- [Description of the task]: What do the lines say, reproduced word for word, from the first of the entries below through the line bearing "#28=ORIENTED_EDGE('',*,*,#27,.F.);"?

━━━ Source records

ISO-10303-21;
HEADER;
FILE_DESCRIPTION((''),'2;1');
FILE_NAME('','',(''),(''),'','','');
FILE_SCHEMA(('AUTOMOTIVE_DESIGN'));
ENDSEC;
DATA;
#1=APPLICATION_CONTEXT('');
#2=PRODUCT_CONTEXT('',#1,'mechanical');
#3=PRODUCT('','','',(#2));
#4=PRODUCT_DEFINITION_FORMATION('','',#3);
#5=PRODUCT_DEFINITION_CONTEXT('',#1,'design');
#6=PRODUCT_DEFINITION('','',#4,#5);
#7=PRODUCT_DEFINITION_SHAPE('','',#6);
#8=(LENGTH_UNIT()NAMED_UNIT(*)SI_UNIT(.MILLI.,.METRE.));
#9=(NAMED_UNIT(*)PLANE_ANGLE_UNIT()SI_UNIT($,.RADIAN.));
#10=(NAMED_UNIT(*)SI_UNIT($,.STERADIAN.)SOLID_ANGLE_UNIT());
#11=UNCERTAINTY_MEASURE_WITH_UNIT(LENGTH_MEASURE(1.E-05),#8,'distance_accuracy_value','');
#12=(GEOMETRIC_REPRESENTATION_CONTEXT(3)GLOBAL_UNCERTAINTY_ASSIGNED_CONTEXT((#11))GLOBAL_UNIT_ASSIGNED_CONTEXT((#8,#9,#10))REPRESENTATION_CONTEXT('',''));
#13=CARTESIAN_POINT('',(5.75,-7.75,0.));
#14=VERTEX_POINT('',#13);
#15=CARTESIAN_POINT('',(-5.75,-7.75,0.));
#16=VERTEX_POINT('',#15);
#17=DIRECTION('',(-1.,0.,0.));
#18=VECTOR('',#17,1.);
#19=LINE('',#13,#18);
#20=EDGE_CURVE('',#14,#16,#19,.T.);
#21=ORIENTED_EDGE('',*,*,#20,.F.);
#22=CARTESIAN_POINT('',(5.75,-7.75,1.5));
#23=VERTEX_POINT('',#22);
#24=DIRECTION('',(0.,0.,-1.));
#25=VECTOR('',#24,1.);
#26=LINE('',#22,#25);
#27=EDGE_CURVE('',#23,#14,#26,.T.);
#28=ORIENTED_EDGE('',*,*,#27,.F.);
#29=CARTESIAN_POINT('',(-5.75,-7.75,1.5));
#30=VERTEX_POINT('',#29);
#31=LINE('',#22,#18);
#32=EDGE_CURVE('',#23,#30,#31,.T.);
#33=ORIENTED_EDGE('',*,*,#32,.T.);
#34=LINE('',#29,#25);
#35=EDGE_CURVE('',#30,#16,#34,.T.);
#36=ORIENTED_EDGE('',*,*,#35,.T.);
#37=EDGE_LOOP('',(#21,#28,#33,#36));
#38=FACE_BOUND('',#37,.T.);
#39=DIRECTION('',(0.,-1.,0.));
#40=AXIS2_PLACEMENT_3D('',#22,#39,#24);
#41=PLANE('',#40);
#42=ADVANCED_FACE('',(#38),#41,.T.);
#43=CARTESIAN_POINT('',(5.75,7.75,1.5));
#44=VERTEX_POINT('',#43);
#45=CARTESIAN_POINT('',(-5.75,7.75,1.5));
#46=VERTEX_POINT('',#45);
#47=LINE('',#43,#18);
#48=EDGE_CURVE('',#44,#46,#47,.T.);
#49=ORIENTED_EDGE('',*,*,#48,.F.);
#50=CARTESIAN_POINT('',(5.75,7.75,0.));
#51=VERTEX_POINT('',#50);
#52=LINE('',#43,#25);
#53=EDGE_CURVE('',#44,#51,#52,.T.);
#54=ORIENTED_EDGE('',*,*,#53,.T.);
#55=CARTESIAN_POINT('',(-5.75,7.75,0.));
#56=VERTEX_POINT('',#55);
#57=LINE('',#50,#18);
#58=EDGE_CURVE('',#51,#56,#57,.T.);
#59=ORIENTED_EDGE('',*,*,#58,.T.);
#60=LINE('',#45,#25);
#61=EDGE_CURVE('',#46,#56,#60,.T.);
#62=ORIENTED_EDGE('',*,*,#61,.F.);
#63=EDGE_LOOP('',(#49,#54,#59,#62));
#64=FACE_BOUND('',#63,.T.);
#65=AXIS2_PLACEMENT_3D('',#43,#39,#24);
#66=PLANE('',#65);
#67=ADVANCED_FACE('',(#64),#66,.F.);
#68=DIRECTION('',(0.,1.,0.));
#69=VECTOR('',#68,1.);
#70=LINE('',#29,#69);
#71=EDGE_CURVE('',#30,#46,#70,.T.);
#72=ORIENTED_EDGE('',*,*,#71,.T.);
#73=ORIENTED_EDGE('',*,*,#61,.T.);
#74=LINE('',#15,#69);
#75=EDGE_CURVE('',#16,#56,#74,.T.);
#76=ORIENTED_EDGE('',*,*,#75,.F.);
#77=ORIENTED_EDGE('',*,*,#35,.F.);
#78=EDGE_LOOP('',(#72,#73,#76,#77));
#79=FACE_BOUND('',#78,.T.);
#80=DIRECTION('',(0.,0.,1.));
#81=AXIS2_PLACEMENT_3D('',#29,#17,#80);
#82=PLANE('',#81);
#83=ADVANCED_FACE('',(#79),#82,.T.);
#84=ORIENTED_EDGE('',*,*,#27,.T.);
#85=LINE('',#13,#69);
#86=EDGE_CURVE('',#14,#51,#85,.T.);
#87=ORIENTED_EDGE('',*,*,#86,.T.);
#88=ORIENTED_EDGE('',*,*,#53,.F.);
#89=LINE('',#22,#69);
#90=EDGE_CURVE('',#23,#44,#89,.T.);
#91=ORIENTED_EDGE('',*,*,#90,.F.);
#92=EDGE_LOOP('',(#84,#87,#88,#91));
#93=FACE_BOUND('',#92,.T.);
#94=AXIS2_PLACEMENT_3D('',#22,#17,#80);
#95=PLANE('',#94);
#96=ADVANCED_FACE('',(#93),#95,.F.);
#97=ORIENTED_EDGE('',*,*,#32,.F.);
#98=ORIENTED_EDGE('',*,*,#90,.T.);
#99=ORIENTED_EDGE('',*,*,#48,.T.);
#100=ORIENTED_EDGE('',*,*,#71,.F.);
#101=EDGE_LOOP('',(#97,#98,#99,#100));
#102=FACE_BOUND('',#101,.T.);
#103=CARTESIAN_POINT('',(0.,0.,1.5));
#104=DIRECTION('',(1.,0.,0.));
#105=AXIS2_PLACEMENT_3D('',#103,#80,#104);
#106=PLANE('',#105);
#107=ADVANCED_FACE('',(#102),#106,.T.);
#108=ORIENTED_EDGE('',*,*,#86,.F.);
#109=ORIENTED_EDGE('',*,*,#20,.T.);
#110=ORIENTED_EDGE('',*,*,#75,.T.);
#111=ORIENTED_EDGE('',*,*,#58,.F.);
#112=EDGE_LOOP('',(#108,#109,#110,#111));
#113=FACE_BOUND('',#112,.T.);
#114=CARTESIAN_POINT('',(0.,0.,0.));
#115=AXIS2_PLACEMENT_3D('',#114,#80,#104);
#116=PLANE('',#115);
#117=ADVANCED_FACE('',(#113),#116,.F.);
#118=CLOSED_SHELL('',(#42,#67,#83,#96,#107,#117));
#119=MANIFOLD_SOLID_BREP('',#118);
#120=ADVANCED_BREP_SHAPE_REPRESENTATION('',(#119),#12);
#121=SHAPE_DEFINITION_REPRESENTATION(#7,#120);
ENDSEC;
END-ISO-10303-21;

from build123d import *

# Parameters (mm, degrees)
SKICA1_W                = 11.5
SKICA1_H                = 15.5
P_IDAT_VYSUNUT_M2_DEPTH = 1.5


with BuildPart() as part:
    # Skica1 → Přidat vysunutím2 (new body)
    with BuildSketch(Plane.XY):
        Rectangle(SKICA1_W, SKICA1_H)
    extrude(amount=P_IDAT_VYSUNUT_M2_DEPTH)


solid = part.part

━━━━━━

- [Completed task]:
ISO-10303-21;
HEADER;
FILE_DESCRIPTION((''),'2;1');
FILE_NAME('','',(''),(''),'','','');
FILE_SCHEMA(('AUTOMOTIVE_DESIGN'));
ENDSEC;
DATA;
#1=APPLICATION_CONTEXT('');
#2=PRODUCT_CONTEXT('',#1,'mechanical');
#3=PRODUCT('','','',(#2));
#4=PRODUCT_DEFINITION_FORMATION('','',#3);
#5=PRODUCT_DEFINITION_CONTEXT('',#1,'design');
#6=PRODUCT_DEFINITION('','',#4,#5);
#7=PRODUCT_DEFINITION_SHAPE('','',#6);
#8=(LENGTH_UNIT()NAMED_UNIT(*)SI_UNIT(.MILLI.,.METRE.));
#9=(NAMED_UNIT(*)PLANE_ANGLE_UNIT()SI_UNIT($,.RADIAN.));
#10=(NAMED_UNIT(*)SI_UNIT($,.STERADIAN.)SOLID_ANGLE_UNIT());
#11=UNCERTAINTY_MEASURE_WITH_UNIT(LENGTH_MEASURE(1.E-05),#8,'distance_accuracy_value','');
#12=(GEOMETRIC_REPRESENTATION_CONTEXT(3)GLOBAL_UNCERTAINTY_ASSIGNED_CONTEXT((#11))GLOBAL_UNIT_ASSIGNED_CONTEXT((#8,#9,#10))REPRESENTATION_CONTEXT('',''));
#13=CARTESIAN_POINT('',(5.75,-7.75,0.));
#14=VERTEX_POINT('',#13);
#15=CARTESIAN_POINT('',(-5.75,-7.75,0.));
#16=VERTEX_POINT('',#15);
#17=DIRECTION('',(-1.,0.,0.));
#18=VECTOR('',#17,1.);
#19=LINE('',#13,#18);
#20=EDGE_CURVE('',#14,#16,#19,.T.);
#21=ORIENTED_EDGE('',*,*,#20,.F.);
#22=CARTESIAN_POINT('',(5.75,-7.75,1.5));
#23=VERTEX_POINT('',#22);
#24=DIRECTION('',(0.,0.,-1.));
#25=VECTOR('',#24,1.);
#26=LINE('',#22,#25);
#27=EDGE_CURVE('',#23,#14,#26,.T.);
#28=ORIENTED_EDGE('',*,*,#27,.F.);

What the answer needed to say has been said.